#### WORK TO COMPLETE:
Reproduce exactly, and only, the lines below from the one containing "v19 (-27.5,0,-36.5)" through the one containing "e24 v21 v24 LINE".

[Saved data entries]
▽
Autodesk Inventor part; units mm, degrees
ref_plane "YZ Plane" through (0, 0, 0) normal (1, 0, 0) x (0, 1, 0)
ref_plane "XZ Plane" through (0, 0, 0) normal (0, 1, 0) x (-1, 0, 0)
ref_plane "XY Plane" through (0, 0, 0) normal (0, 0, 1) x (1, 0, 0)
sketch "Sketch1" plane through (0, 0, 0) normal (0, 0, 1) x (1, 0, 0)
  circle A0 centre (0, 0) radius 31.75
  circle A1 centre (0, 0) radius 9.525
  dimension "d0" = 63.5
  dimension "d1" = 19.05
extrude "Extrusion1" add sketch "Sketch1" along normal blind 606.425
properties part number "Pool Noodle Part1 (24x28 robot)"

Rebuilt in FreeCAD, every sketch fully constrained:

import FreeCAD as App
import Part
import Sketcher
from FreeCAD import Vector
Q = App.Units.Quantity

doc = App.newDocument("Part")
body = doc.addObject("PartDesign::Body", "Body")

# Sketch on XY plane
sketch1 = doc.addObject("Sketcher::SketchObject", "Sketch")
body.addObject(sketch1)
sketch1.AttachmentSupport = (doc.XY_Plane, [""])
sketch1.MapMode = "FlatFace"
sketch1.addGeometry([
    Part.Circle(Vector(0, 0, 0), Vector(0, 0, 1), 32),
    Part.Circle(Vector(0, 0, 0), Vector(0, 0, 1), 10),
], False)
sketch1.addConstraint([
    Sketcher.Constraint("Coincident", 0, 3, -1, 1),
    Sketcher.Constraint("Coincident", 1, 3, -1, 1),
    Sketcher.Constraint("Diameter", 0, Q("2.5 in")),
    Sketcher.Constraint("Diameter", 1, Q("0.75 in")),
])
pad1 = doc.addObject("PartDesign::Pad", "Pad")
body.addObject(pad1)
pad1.Profile = sketch1
pad1.Length = Q("23.875 in")

doc.recompute()
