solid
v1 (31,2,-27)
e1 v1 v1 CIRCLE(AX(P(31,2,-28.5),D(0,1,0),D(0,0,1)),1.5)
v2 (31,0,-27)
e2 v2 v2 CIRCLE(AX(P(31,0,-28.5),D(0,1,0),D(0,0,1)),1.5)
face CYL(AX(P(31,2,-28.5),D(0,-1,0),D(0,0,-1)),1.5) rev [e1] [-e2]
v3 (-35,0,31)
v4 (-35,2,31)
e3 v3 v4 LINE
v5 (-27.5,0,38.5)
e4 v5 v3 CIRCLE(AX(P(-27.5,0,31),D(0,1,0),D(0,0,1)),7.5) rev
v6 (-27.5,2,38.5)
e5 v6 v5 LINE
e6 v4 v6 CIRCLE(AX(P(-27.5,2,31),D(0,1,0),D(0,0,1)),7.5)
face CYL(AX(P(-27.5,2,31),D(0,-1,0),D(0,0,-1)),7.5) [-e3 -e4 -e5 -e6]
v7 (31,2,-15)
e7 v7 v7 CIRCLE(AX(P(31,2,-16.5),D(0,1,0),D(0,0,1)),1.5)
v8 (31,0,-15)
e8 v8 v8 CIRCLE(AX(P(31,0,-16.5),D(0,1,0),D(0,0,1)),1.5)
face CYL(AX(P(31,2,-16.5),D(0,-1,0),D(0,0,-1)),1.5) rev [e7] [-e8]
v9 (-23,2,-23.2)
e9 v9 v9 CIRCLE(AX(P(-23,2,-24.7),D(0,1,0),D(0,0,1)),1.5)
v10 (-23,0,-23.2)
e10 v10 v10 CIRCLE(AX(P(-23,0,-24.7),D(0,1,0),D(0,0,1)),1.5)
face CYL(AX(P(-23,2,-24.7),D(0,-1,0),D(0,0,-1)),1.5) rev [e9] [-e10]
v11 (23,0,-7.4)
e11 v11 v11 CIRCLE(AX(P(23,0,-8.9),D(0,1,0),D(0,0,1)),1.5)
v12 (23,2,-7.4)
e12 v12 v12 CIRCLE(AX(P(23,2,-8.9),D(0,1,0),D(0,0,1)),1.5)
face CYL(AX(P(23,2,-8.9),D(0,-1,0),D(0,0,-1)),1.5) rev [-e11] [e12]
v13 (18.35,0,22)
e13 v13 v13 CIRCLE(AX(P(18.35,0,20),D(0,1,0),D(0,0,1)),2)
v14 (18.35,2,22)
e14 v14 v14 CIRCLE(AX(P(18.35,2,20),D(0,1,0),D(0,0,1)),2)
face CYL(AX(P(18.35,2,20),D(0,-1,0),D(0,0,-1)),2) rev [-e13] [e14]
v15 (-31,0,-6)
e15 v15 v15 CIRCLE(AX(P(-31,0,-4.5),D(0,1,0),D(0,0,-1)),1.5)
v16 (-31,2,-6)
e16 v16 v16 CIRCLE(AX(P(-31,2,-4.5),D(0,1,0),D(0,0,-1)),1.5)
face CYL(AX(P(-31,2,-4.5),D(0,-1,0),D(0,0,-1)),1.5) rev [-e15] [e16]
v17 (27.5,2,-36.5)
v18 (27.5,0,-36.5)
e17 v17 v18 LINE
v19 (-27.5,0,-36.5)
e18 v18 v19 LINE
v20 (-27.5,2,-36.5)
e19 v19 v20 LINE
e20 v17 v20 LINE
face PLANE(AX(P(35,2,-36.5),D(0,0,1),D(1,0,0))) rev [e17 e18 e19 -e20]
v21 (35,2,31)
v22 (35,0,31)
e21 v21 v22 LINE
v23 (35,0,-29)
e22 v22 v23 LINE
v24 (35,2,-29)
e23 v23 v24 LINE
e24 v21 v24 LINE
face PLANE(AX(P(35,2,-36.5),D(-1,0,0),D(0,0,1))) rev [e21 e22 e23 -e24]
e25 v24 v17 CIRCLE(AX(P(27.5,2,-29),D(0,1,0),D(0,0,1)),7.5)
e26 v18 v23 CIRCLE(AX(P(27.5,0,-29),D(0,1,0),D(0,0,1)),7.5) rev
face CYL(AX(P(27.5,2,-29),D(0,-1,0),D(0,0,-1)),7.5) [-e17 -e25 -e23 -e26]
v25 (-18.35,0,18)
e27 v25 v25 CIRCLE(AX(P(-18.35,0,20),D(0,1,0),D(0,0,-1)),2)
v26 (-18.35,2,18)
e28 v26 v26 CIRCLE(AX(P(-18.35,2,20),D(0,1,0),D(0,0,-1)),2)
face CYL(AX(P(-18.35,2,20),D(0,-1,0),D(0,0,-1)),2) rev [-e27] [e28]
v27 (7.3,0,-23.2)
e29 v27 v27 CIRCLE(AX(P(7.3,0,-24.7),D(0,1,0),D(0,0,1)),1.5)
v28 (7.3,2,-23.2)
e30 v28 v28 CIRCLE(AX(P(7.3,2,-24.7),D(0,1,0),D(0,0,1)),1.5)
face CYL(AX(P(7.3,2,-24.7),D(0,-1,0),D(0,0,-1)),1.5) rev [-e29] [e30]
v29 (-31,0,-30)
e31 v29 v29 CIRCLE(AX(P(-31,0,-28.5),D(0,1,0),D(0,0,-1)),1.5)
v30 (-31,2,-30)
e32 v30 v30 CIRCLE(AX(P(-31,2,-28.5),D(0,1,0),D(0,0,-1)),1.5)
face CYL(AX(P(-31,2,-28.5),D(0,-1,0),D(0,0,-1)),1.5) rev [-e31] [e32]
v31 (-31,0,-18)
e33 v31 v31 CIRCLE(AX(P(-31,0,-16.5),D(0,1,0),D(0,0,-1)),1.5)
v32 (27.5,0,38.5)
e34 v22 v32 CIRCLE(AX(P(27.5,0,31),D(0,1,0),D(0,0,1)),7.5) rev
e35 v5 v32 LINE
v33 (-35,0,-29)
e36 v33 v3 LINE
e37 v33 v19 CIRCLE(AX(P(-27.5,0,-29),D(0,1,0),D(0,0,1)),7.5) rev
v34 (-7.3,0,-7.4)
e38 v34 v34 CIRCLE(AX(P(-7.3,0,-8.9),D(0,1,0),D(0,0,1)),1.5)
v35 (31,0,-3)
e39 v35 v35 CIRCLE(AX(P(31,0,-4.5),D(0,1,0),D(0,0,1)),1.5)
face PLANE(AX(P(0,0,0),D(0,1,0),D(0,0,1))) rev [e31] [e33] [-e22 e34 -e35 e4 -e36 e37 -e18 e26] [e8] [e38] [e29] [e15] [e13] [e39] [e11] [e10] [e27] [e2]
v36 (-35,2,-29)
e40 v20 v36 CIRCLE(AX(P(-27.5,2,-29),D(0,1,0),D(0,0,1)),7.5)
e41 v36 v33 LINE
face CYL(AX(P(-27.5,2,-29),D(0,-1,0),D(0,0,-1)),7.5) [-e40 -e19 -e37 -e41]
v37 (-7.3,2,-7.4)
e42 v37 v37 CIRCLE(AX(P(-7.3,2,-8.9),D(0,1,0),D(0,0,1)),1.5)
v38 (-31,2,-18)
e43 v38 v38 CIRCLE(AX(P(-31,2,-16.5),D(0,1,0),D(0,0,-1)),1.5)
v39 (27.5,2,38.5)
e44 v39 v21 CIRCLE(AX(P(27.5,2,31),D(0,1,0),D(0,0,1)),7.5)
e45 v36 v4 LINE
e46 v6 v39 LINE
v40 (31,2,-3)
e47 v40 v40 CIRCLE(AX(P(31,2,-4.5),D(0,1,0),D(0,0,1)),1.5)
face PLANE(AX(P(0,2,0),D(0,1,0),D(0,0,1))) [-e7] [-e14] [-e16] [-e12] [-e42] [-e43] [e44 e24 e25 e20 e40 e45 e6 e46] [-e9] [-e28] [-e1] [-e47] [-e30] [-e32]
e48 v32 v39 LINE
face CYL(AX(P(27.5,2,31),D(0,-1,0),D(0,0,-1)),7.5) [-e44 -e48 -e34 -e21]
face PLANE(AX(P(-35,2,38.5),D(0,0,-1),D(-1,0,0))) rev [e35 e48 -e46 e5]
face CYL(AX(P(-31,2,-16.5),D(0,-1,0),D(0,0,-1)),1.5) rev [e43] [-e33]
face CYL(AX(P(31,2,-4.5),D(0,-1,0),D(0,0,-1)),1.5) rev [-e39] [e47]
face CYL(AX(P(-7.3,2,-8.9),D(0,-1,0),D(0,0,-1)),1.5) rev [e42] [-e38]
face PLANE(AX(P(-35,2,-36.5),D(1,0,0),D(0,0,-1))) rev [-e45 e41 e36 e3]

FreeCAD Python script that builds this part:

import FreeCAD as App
import Part
import Sketcher
Q = App.Units.Quantity


def edges_at(feature, points):
    """Names of the edges that pass closest to the given points."""
    edges = feature.Shape.Edges
    near = lambda p: min(range(len(edges)), key=lambda i: edges[i].distToShape(Part.Vertex(*p))[0])
    return sorted({f"Edge{near(p) + 1}" for p in points})


def add_polygon(sketch, points):
    """Adds a closed chain of lines whose ends are joined by coincident constraints."""
    first, n = sketch.GeometryCount, len(points)
    for a, b in zip(points, points[1:] + points[:1]):
        sketch.addGeometry(Part.LineSegment(App.Vector(*a, 0), App.Vector(*b, 0)), False)
    for i in range(n):
        sketch.addConstraint(Sketcher.Constraint("Coincident", first + i, 2, first + (i + 1) % n, 1))

doc = App.newDocument("Part")
params = doc.addObject("Spreadsheet::Sheet", "Params")
for row, (alias, value) in enumerate([
    ("sketch1_diameter", "4 mm"),
    ("sketch1_diameter2", "3 mm"),
    ("sketch1_width", "70 mm"),
    ("sketch1_height", "75 mm"),
    ("pad1_length", "2 mm"),
    ("fillet_radius", "7.5 mm"),
], start=1):
    params.set(f"A{row}", alias)
    params.set(f"B{row}", "=" + value)
    params.setAlias(f"B{row}", alias)

body = doc.addObject("PartDesign::Body", "Body")

# Sketch on XZ plane
sketch1 = body.newObject("Sketcher::SketchObject", "Sketch")
sketch1.AttachmentSupport = (doc.getObject("XZ_Plane"), [""])
sketch1.MapMode = "FlatFace"
add_polygon(sketch1, [(-35, -36.5), (-35, 38.5), (35, 38.5), (35, -36.5)])  # lines 0-3
sketch1.addGeometry(Part.Circle(App.Vector(-18.35, 20, 0), App.Vector(0, 0, 1), 2), False)  # 4
sketch1.addGeometry(Part.Circle(App.Vector(18.35, 20, 0), App.Vector(0, 0, 1), 2), False)  # 5
sketch1.addGeometry(Part.Circle(App.Vector(-31, -4.5, 0), App.Vector(0, 0, 1), 1.5), False)  # 6
sketch1.addGeometry(Part.Circle(App.Vector(-31, -16.5, 0), App.Vector(0, 0, 1), 1.5), False)  # 7
sketch1.addGeometry(Part.Circle(App.Vector(-7.3, -8.9, 0), App.Vector(0, 0, 1), 1.5), False)  # 8
sketch1.addGeometry(Part.Circle(App.Vector(-31, -28.5, 0), App.Vector(0, 0, 1), 1.5), False)  # 9
sketch1.addGeometry(Part.Circle(App.Vector(-23, -24.7, 0), App.Vector(0, 0, 1), 1.5), False)  # 10
sketch1.addGeometry(Part.Circle(App.Vector(23, -8.9, 0), App.Vector(0, 0, 1), 1.5), False)  # 11
sketch1.addGeometry(Part.Circle(App.Vector(31, -4.5, 0), App.Vector(0, 0, 1), 1.5), False)  # 12
sketch1.addGeometry(Part.Circle(App.Vector(31, -16.5, 0), App.Vector(0, 0, 1), 1.5), False)  # 13
sketch1.addGeometry(Part.Circle(App.Vector(7.3, -24.7, 0), App.Vector(0, 0, 1), 1.5), False)  # 14
sketch1.addGeometry(Part.Circle(App.Vector(31, -28.5, 0), App.Vector(0, 0, 1), 1.5), False)  # 15
sketch1.addConstraint([
    Sketcher.Constraint("Vertical", 0),
    Sketcher.Constraint("Horizontal", 1),
    Sketcher.Constraint("Vertical", 2),
    Sketcher.Constraint("Horizontal", 3),
    Sketcher.Constraint("Equal", 4, 5),
    Sketcher.Constraint("Equal", 6, 7),
    Sketcher.Constraint("Equal", 7, 8),
    Sketcher.Constraint("Equal", 8, 9),
    Sketcher.Constraint("Equal", 9, 10),
    Sketcher.Constraint("Equal", 10, 11),
    Sketcher.Constraint("Equal", 11, 12),
    Sketcher.Constraint("Equal", 12, 13),
    Sketcher.Constraint("Equal", 13, 14),
    Sketcher.Constraint("Equal", 14, 15),
    Sketcher.Constraint("Symmetric", 4, 3, 5, 3, -2),
    Sketcher.Constraint("Symmetric", 6, 3, 12, 3, -2),
    Sketcher.Constraint("Symmetric", 7, 3, 13, 3, -2),
    Sketcher.Constraint("Symmetric", 9, 3, 15, 3, -2),
    Sketcher.Constraint("Horizontal", 8, 3, 11, 3),
    Sketcher.Constraint("Horizontal", 10, 3, 14, 3),
    Sketcher.Constraint("Vertical", 6, 3, 7, 3),
    Sketcher.Constraint("Vertical", 7, 3, 9, 3),
    Sketcher.Constraint("Diameter", 4, Q("4 mm")),
    Sketcher.Constraint("Diameter", 6, Q("3 mm")),
    Sketcher.Constraint("DistanceX", 1, 1, 1, 2, Q("70 mm")),
    Sketcher.Constraint("DistanceY", 0, 1, 0, 2, Q("75 mm")),
    Sketcher.Constraint("DistanceY", -1, 1, 4, 3, Q("20 mm")),
    Sketcher.Constraint("DistanceX", 6, 3, -1, 1, Q("31 mm")),
    Sketcher.Constraint("DistanceX", 10, 3, -1, 1, Q("23 mm")),
    Sketcher.Constraint("DistanceX", -1, 1, 11, 3, Q("23 mm")),
    Sketcher.Constraint("DistanceX", 0, 2, -1, 1, Q("35 mm")),
    Sketcher.Constraint("DistanceY", 7, 3, 6, 3, Q("12 mm")),
    Sketcher.Constraint("DistanceY", 9, 3, 7, 3, Q("12 mm")),
    Sketcher.Constraint("DistanceY", 6, 3, 0, 2, Q("43 mm")),
    Sketcher.Constraint("DistanceY", 6, 3, -1, 1, Q("4.5 mm")),
    Sketcher.Constraint("DistanceX", 8, 3, -1, 1, Q("7.3 mm")),
    Sketcher.Constraint("DistanceY", 8, 3, -1, 1, Q("8.9 mm")),
    Sketcher.Constraint("DistanceY", 10, 3, -1, 1, Q("24.7 mm")),
    Sketcher.Constraint("DistanceX", -1, 1, 14, 3, Q("7.3 mm")),
    Sketcher.Constraint("DistanceX", 4, 3, 5, 3, Q("36.7 mm")),
])
sketch1.setExpression("Constraints[26]", "Params.sketch1_diameter")
sketch1.setExpression("Constraints[27]", "Params.sketch1_diameter2")
sketch1.setExpression("Constraints[28]", "Params.sketch1_width")
sketch1.setExpression("Constraints[29]", "Params.sketch1_height")
pad1 = body.newObject("PartDesign::Pad", "Pad")
pad1.Profile = sketch1
pad1.setExpression("Length", "Params.pad1_length")
pad1.Reversed = True
doc.recompute()

fillet = body.newObject("PartDesign::Fillet", "Fillet")
fillet.Base = (pad1, edges_at(pad1, [
    (-35, 1, -36.5),
    (35, 1, -36.5),
    (35, 1, 38.5),
    (-35, 1, 38.5),
]))
fillet.setExpression("Radius", "Params.fillet_radius")

doc.recompute()
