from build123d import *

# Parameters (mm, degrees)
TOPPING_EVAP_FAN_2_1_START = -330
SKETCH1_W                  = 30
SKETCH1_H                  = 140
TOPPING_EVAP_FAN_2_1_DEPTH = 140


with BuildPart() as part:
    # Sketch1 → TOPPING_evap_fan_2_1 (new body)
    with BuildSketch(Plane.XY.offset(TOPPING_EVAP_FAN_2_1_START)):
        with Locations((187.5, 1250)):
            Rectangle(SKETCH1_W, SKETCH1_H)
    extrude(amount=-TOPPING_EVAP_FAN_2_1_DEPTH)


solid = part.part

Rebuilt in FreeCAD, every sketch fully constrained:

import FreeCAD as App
import Part
import Sketcher
from FreeCAD import Vector
Q = App.Units.Quantity


def add_polygon(sketch, points):
    """Adds a closed chain of lines whose ends are joined by coincident constraints."""
    first, n = sketch.GeometryCount, len(points)
    for a, b in zip(points, points[1:] + points[:1]):
        sketch.addGeometry(Part.LineSegment(App.Vector(*a, 0), App.Vector(*b, 0)), False)
    for i in range(n):
        sketch.addConstraint(Sketcher.Constraint("Coincident", first + i, 2, first + (i + 1) % n, 1))

doc = App.newDocument("Part")
body = doc.addObject("PartDesign::Body", "Body")

sketch1 = body.newObject("Sketcher::SketchObject", "Sketch")
sketch1.AttachmentSupport = (doc.getObject("XY_Plane"), [""])
sketch1.MapMode = "FlatFace"
sketch1.AttachmentOffset = App.Placement(Vector(0, 0, -330), App.Rotation())
add_polygon(sketch1, [(172, 1320), (172, 1180), (202, 1180), (202, 1320)])
sketch1.addConstraint([
    Sketcher.Constraint("Vertical", 0),
    Sketcher.Constraint("Horizontal", 1),
    Sketcher.Constraint("Vertical", 2),
    Sketcher.Constraint("Horizontal", 3),
    Sketcher.Constraint("DistanceX", 1, 1, 1, 2, Q("30 mm")),
    Sketcher.Constraint("DistanceY", 0, 2, 0, 1, Q("140 mm")),
    Sketcher.Constraint("DistanceY", -1, 1, 0, 2, Q("1180 mm")),
    Sketcher.Constraint("DistanceX", -1, 1, 0, 2, Q("172.5 mm")),
])
pad1 = body.newObject("PartDesign::Pad", "Pad")
pad1.Profile = sketch1
pad1.Length = 140
pad1.Reversed = True

doc.recompute()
△
#### WRITTEN ANSWER:
v19 (-27.5,0,-36.5)
e18 v18 v19 LINE
v20 (-27.5,2,-36.5)
e19 v19 v20 LINE
e20 v17 v20 LINE
face PLANE(AX(P(35,2,-36.5),D(0,0,1),D(1,0,0))) rev [e17 e18 e19 -e20]
v21 (35,2,31)
v22 (35,0,31)
e21 v21 v22 LINE
v23 (35,0,-29)
e22 v22 v23 LINE
v24 (35,2,-29)
e23 v23 v24 LINE
e24 v21 v24 LINE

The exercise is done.